- Dataset entries
──────

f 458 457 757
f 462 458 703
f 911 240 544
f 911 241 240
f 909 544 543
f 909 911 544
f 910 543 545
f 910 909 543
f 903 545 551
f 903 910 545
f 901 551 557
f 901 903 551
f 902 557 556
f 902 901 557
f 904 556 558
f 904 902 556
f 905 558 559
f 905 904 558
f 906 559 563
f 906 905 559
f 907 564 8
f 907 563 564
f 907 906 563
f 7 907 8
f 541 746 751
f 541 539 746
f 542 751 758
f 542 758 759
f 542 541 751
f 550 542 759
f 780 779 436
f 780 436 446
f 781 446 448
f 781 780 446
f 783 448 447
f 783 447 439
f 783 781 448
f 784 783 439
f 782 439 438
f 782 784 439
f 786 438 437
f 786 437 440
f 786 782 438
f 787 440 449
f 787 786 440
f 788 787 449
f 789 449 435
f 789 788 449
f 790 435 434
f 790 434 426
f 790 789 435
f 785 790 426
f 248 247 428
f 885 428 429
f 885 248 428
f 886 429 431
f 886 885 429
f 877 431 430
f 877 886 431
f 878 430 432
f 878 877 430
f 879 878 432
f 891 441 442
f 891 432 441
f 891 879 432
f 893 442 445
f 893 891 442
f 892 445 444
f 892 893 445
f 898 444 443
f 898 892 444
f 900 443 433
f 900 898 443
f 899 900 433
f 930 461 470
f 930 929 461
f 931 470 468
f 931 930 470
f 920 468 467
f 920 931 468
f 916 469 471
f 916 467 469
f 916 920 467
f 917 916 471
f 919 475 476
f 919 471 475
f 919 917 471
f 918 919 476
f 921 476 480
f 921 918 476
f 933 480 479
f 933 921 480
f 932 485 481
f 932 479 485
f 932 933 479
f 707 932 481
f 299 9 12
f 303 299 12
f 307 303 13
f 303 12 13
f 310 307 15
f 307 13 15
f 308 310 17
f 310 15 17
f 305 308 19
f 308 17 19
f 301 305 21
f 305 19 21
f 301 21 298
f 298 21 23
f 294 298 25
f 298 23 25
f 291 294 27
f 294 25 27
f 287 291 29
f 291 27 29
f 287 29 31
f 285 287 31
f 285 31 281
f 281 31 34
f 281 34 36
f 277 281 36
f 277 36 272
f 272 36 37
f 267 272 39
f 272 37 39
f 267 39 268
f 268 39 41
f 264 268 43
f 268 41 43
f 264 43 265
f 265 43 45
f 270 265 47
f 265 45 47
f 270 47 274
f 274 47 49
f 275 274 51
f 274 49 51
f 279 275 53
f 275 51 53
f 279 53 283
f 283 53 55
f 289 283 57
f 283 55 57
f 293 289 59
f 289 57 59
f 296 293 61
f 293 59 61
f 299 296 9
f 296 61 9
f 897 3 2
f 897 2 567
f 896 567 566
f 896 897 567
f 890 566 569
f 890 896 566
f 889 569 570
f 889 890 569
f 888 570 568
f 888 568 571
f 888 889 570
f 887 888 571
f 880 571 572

──────

- Exercise brief
Among the entries above, copy exactly only the lines starting with the one containing "f 781 446 448" and going through the one containing "f 896 897 567", both ends included.

- Solution to this task
f 781 446 448
f 781 780 446
f 783 448 447
f 783 447 439
f 783 781 448
f 784 783 439
f 782 439 438
f 782 784 439
f 786 438 437
f 786 437 440
f 786 782 438
f 787 440 449
f 787 786 440
f 788 787 449
f 789 449 435
f 789 788 449
f 790 435 434
f 790 434 426
f 790 789 435
f 785 790 426
f 248 247 428
f 885 428 429
f 885 248 428
f 886 429 431
f 886 885 429
f 877 431 430
f 877 886 431
f 878 430 432
f 878 877 430
f 879 878 432
f 891 441 442
f 891 432 441
f 891 879 432
f 893 442 445
f 893 891 442
f 892 445 444
f 892 893 445
f 898 444 443
f 898 892 444
f 900 443 433
f 900 898 443
f 899 900 433
f 930 461 470
f 930 929 461
f 931 470 468
f 931 930 470
f 920 468 467
f 920 931 468
f 916 469 471
f 916 467 469
f 916 920 467
f 917 916 471
f 919 475 476
f 919 471 475
f 919 917 471
f 918 919 476
f 921 476 480
f 921 918 476
f 933 480 479
f 933 921 480
f 932 485 481
f 932 479 485
f 932 933 479
f 707 932 481
f 299 9 12
f 303 299 12
f 307 303 13
f 303 12 13
f 310 307 15
f 307 13 15
f 308 310 17
f 310 15 17
f 305 308 19
f 308 17 19
f 301 305 21
f 305 19 21
f 301 21 298
f 298 21 23
f 294 298 25
f 298 23 25
f 291 294 27
f 294 25 27
f 287 291 29
f 291 27 29
f 287 29 31
f 285 287 31
f 285 31 281
f 281 31 34
f 281 34 36
f 277 281 36
f 277 36 272
f 272 36 37
f 267 272 39
f 272 37 39
f 267 39 268
f 268 39 41
f 264 268 43
f 268 41 43
f 264 43 265
f 265 43 45
f 270 265 47
f 265 45 47
f 270 47 274
f 274 47 49
f 275 274 51
f 274 49 51
f 279 275 53
f 275 51 53
f 279 53 283
f 283 53 55
f 289 283 57
f 283 55 57
f 293 289 59
f 289 57 59
f 296 293 61
f 293 59 61
f 299 296 9
f 296 61 9
f 897 3 2
f 897 2 567
f 896 567 566
f 896 897 567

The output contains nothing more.